__Requirement__:
Below are entries. Reproduce exactly the lines between the line holding "v58 (10464.383537,-1770,3000)" and the line holding "e84 v66 v72 LINE", inclusive, and only those.

┏━━

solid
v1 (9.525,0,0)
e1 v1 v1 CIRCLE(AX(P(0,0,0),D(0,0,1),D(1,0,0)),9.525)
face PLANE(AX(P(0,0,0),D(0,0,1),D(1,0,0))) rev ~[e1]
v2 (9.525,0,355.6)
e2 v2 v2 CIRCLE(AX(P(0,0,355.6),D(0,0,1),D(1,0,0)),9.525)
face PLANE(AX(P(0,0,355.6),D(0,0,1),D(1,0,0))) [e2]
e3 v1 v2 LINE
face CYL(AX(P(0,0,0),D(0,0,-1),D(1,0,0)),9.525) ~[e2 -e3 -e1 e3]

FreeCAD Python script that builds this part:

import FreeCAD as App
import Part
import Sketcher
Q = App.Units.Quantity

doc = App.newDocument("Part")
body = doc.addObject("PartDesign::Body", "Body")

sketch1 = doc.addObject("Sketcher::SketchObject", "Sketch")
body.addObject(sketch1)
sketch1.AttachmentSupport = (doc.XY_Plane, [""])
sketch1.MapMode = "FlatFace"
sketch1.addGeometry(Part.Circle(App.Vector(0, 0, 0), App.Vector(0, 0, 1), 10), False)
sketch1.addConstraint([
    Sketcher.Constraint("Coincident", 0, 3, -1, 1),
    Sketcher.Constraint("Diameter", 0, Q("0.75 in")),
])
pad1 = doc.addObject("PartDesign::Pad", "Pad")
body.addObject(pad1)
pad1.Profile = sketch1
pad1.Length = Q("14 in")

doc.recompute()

┗━━
┏━━

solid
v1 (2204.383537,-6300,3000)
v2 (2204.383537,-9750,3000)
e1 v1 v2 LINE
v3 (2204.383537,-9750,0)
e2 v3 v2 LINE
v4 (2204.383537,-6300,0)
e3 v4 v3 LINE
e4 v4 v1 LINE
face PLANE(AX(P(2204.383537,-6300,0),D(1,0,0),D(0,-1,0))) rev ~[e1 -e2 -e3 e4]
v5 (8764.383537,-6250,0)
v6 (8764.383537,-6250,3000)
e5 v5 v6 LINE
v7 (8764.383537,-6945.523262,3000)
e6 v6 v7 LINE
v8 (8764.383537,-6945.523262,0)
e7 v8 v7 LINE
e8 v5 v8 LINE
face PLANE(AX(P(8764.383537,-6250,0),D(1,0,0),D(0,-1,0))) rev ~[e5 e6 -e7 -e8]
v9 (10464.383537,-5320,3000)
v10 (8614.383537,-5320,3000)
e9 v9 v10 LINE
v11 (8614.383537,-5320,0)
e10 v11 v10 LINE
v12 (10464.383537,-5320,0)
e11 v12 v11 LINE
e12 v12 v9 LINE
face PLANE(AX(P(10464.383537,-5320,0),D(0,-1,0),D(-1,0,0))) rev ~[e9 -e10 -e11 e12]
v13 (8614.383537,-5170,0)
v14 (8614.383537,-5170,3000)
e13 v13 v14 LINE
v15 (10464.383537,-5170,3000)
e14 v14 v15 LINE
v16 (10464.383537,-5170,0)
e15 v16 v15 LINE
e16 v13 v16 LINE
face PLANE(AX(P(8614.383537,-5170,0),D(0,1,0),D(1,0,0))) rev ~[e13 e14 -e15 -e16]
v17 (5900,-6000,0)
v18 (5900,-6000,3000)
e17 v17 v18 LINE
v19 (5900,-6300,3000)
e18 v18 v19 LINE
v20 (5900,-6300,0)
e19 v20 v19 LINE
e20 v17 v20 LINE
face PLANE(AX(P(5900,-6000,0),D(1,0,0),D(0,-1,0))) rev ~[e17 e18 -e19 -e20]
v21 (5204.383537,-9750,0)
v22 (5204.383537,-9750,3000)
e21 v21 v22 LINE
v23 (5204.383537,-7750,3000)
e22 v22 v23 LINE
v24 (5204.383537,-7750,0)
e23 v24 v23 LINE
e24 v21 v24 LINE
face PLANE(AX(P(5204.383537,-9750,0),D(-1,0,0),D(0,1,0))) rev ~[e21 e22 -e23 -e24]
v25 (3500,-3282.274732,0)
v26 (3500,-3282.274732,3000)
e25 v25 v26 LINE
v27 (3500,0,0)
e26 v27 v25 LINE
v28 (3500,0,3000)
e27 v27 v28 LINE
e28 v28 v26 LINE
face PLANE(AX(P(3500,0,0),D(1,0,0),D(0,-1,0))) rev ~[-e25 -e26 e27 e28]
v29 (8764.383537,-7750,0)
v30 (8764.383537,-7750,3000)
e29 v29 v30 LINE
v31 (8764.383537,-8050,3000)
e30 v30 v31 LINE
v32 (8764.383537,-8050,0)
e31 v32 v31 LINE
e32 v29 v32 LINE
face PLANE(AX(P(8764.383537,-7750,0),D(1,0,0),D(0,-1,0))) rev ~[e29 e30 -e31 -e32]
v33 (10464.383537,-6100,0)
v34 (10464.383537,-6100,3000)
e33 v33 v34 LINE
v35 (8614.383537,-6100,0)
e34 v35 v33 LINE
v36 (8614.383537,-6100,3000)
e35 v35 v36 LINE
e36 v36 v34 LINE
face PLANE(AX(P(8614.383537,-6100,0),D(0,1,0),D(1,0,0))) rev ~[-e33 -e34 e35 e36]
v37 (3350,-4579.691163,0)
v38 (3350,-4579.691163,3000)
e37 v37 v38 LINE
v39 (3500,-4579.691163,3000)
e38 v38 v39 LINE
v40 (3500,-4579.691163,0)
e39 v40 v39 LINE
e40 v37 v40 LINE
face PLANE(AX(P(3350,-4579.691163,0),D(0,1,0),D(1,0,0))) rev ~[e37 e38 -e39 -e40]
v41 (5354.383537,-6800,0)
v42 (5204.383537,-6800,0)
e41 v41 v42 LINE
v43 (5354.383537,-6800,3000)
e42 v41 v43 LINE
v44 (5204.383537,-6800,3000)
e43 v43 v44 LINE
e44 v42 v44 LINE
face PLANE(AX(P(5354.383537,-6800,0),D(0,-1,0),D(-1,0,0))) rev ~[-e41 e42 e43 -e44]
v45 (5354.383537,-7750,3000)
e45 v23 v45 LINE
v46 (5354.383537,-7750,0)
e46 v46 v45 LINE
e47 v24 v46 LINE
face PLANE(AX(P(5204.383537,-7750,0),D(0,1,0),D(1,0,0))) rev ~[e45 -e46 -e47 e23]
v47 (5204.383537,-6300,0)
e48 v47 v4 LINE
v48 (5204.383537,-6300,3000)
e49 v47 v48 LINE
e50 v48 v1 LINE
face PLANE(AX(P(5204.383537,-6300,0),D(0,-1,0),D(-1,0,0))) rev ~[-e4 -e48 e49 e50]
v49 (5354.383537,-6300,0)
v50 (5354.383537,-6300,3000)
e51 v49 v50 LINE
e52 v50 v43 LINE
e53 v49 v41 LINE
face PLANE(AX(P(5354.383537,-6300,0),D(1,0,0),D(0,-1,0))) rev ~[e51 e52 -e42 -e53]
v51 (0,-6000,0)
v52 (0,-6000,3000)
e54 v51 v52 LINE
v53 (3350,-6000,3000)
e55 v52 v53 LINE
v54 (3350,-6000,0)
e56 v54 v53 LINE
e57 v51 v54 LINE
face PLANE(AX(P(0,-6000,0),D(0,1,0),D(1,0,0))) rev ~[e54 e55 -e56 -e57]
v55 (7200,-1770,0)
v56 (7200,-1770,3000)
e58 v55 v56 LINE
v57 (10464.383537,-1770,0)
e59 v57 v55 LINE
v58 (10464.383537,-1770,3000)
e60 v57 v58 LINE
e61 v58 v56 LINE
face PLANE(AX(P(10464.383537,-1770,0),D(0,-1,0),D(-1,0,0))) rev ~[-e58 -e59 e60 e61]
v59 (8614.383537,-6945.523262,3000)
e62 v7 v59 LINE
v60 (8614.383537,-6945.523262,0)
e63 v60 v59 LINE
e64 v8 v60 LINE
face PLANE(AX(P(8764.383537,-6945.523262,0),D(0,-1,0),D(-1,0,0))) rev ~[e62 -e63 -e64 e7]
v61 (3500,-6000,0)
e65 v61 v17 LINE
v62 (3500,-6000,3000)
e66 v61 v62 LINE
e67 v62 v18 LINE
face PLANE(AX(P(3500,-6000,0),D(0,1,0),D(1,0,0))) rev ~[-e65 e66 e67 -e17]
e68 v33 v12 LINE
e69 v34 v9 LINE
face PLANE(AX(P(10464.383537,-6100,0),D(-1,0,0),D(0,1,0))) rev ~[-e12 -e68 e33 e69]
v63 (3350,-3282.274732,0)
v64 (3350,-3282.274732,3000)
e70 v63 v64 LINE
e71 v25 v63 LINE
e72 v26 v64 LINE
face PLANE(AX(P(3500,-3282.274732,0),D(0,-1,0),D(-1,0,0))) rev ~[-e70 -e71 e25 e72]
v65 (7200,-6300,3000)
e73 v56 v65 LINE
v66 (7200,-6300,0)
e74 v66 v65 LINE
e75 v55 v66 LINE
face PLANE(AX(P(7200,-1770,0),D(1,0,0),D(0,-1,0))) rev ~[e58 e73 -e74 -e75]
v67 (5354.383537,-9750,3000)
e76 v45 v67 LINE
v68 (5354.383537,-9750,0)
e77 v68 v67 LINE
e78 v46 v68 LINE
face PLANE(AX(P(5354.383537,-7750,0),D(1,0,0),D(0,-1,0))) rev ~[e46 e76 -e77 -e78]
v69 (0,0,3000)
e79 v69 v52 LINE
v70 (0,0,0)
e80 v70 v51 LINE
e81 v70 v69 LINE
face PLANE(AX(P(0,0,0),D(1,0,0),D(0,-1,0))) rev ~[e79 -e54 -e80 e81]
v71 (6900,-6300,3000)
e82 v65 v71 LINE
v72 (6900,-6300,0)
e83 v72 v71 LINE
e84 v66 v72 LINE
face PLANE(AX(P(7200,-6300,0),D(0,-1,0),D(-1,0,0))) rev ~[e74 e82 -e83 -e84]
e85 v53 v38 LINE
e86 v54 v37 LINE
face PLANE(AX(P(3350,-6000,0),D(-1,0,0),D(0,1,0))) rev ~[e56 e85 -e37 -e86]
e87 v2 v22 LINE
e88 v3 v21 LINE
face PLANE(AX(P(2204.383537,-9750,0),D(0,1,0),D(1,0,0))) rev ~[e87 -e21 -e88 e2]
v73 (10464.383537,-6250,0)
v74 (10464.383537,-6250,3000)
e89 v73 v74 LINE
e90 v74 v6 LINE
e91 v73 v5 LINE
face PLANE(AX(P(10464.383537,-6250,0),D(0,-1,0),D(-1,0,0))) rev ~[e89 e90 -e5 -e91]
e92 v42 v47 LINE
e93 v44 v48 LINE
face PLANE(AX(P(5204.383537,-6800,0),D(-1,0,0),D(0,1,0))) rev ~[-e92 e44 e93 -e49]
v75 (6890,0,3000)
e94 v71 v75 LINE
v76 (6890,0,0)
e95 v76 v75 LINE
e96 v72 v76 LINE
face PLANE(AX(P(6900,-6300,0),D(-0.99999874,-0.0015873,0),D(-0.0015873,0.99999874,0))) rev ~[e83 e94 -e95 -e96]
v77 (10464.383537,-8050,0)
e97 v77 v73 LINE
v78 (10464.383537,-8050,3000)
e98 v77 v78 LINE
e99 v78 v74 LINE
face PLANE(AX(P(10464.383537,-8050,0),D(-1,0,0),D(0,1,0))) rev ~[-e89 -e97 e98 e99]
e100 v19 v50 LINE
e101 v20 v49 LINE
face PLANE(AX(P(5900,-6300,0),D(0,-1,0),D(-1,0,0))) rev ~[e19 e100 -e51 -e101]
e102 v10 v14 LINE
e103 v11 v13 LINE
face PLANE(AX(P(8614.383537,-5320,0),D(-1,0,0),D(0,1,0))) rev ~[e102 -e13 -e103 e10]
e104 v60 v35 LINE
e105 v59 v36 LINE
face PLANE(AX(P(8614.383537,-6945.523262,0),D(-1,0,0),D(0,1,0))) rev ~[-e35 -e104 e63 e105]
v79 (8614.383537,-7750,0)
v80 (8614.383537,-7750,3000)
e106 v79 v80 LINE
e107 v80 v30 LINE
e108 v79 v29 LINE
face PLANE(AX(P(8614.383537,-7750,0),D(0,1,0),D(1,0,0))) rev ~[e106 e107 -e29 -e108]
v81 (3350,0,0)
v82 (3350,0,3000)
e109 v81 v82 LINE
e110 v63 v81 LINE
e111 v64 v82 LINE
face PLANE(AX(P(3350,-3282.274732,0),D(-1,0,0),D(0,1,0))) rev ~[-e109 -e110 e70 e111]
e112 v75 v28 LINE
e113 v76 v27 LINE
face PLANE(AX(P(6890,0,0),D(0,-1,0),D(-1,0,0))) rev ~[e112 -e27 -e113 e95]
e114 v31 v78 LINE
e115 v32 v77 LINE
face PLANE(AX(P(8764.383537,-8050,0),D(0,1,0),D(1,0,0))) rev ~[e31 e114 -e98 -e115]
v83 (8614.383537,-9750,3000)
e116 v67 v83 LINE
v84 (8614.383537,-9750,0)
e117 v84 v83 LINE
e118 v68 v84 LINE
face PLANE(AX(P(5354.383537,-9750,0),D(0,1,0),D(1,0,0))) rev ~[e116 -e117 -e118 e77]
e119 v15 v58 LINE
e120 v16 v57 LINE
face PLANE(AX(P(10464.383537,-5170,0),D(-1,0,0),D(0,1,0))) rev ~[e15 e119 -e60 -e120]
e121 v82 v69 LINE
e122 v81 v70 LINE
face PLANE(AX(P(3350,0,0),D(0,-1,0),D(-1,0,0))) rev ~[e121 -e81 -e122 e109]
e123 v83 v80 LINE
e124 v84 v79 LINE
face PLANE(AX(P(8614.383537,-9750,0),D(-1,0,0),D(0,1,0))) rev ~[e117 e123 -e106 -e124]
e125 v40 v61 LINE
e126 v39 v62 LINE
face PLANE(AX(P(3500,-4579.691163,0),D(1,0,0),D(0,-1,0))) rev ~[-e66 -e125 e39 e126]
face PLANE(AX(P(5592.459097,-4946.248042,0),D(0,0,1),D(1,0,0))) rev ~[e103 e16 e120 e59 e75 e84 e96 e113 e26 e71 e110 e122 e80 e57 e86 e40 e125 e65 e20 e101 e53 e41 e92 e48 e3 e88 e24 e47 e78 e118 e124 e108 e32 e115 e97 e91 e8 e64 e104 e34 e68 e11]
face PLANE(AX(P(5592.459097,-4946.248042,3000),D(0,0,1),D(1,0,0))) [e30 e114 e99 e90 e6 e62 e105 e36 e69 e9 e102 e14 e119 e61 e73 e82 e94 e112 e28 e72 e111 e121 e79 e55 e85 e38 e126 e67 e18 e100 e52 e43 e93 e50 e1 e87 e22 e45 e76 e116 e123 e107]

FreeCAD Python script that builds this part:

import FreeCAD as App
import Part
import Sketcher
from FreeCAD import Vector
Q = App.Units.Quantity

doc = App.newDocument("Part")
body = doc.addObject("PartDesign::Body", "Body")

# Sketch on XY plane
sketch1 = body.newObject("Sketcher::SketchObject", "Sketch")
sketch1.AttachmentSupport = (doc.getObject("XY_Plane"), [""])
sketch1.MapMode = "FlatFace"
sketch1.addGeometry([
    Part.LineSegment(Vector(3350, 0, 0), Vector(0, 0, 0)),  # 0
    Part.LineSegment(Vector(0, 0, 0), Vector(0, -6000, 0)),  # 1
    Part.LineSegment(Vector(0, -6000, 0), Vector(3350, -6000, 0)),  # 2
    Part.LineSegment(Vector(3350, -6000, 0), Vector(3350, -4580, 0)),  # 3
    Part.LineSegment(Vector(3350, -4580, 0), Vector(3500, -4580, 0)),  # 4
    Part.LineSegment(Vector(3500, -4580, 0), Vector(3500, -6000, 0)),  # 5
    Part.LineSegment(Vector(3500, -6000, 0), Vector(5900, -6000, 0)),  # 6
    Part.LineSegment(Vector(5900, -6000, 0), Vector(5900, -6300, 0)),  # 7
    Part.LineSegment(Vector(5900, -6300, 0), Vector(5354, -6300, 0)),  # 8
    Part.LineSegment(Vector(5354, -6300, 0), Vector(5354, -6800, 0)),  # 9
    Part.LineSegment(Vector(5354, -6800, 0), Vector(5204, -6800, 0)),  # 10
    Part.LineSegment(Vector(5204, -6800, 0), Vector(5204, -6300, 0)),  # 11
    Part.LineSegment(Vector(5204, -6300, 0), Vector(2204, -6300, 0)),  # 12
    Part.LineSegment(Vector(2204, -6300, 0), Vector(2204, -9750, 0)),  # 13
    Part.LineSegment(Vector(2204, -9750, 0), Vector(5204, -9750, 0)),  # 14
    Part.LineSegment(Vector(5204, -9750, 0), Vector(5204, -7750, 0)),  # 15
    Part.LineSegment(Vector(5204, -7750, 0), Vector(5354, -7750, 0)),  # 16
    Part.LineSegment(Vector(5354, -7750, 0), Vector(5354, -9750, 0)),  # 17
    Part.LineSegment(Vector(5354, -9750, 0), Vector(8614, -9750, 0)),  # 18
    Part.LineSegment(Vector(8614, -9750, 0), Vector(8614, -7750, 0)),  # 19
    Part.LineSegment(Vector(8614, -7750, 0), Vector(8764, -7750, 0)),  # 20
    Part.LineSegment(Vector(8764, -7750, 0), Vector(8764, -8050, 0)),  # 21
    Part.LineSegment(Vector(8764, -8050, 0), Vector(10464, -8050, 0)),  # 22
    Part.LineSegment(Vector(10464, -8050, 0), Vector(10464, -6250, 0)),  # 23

┗━━

__Answer to the exercise__:
v58 (10464.383537,-1770,3000)
e60 v57 v58 LINE
e61 v58 v56 LINE
face PLANE(AX(P(10464.383537,-1770,0),D(0,-1,0),D(-1,0,0))) rev ~[-e58 -e59 e60 e61]
v59 (8614.383537,-6945.523262,3000)
e62 v7 v59 LINE
v60 (8614.383537,-6945.523262,0)
e63 v60 v59 LINE
e64 v8 v60 LINE
face PLANE(AX(P(8764.383537,-6945.523262,0),D(0,-1,0),D(-1,0,0))) rev ~[e62 -e63 -e64 e7]
v61 (3500,-6000,0)
e65 v61 v17 LINE
v62 (3500,-6000,3000)
e66 v61 v62 LINE
e67 v62 v18 LINE
face PLANE(AX(P(3500,-6000,0),D(0,1,0),D(1,0,0))) rev ~[-e65 e66 e67 -e17]
e68 v33 v12 LINE
e69 v34 v9 LINE
face PLANE(AX(P(10464.383537,-6100,0),D(-1,0,0),D(0,1,0))) rev ~[-e12 -e68 e33 e69]
v63 (3350,-3282.274732,0)
v64 (3350,-3282.274732,3000)
e70 v63 v64 LINE
e71 v25 v63 LINE
e72 v26 v64 LINE
face PLANE(AX(P(3500,-3282.274732,0),D(0,-1,0),D(-1,0,0))) rev ~[-e70 -e71 e25 e72]
v65 (7200,-6300,3000)
e73 v56 v65 LINE
v66 (7200,-6300,0)
e74 v66 v65 LINE
e75 v55 v66 LINE
face PLANE(AX(P(7200,-1770,0),D(1,0,0),D(0,-1,0))) rev ~[e58 e73 -e74 -e75]
v67 (5354.383537,-9750,3000)
e76 v45 v67 LINE
v68 (5354.383537,-9750,0)
e77 v68 v67 LINE
e78 v46 v68 LINE
face PLANE(AX(P(5354.383537,-7750,0),D(1,0,0),D(0,-1,0))) rev ~[e46 e76 -e77 -e78]
v69 (0,0,3000)
e79 v69 v52 LINE
v70 (0,0,0)
e80 v70 v51 LINE
e81 v70 v69 LINE
face PLANE(AX(P(0,0,0),D(1,0,0),D(0,-1,0))) rev ~[e79 -e54 -e80 e81]
v71 (6900,-6300,3000)
e82 v65 v71 LINE
v72 (6900,-6300,0)
e83 v72 v71 LINE
e84 v66 v72 LINE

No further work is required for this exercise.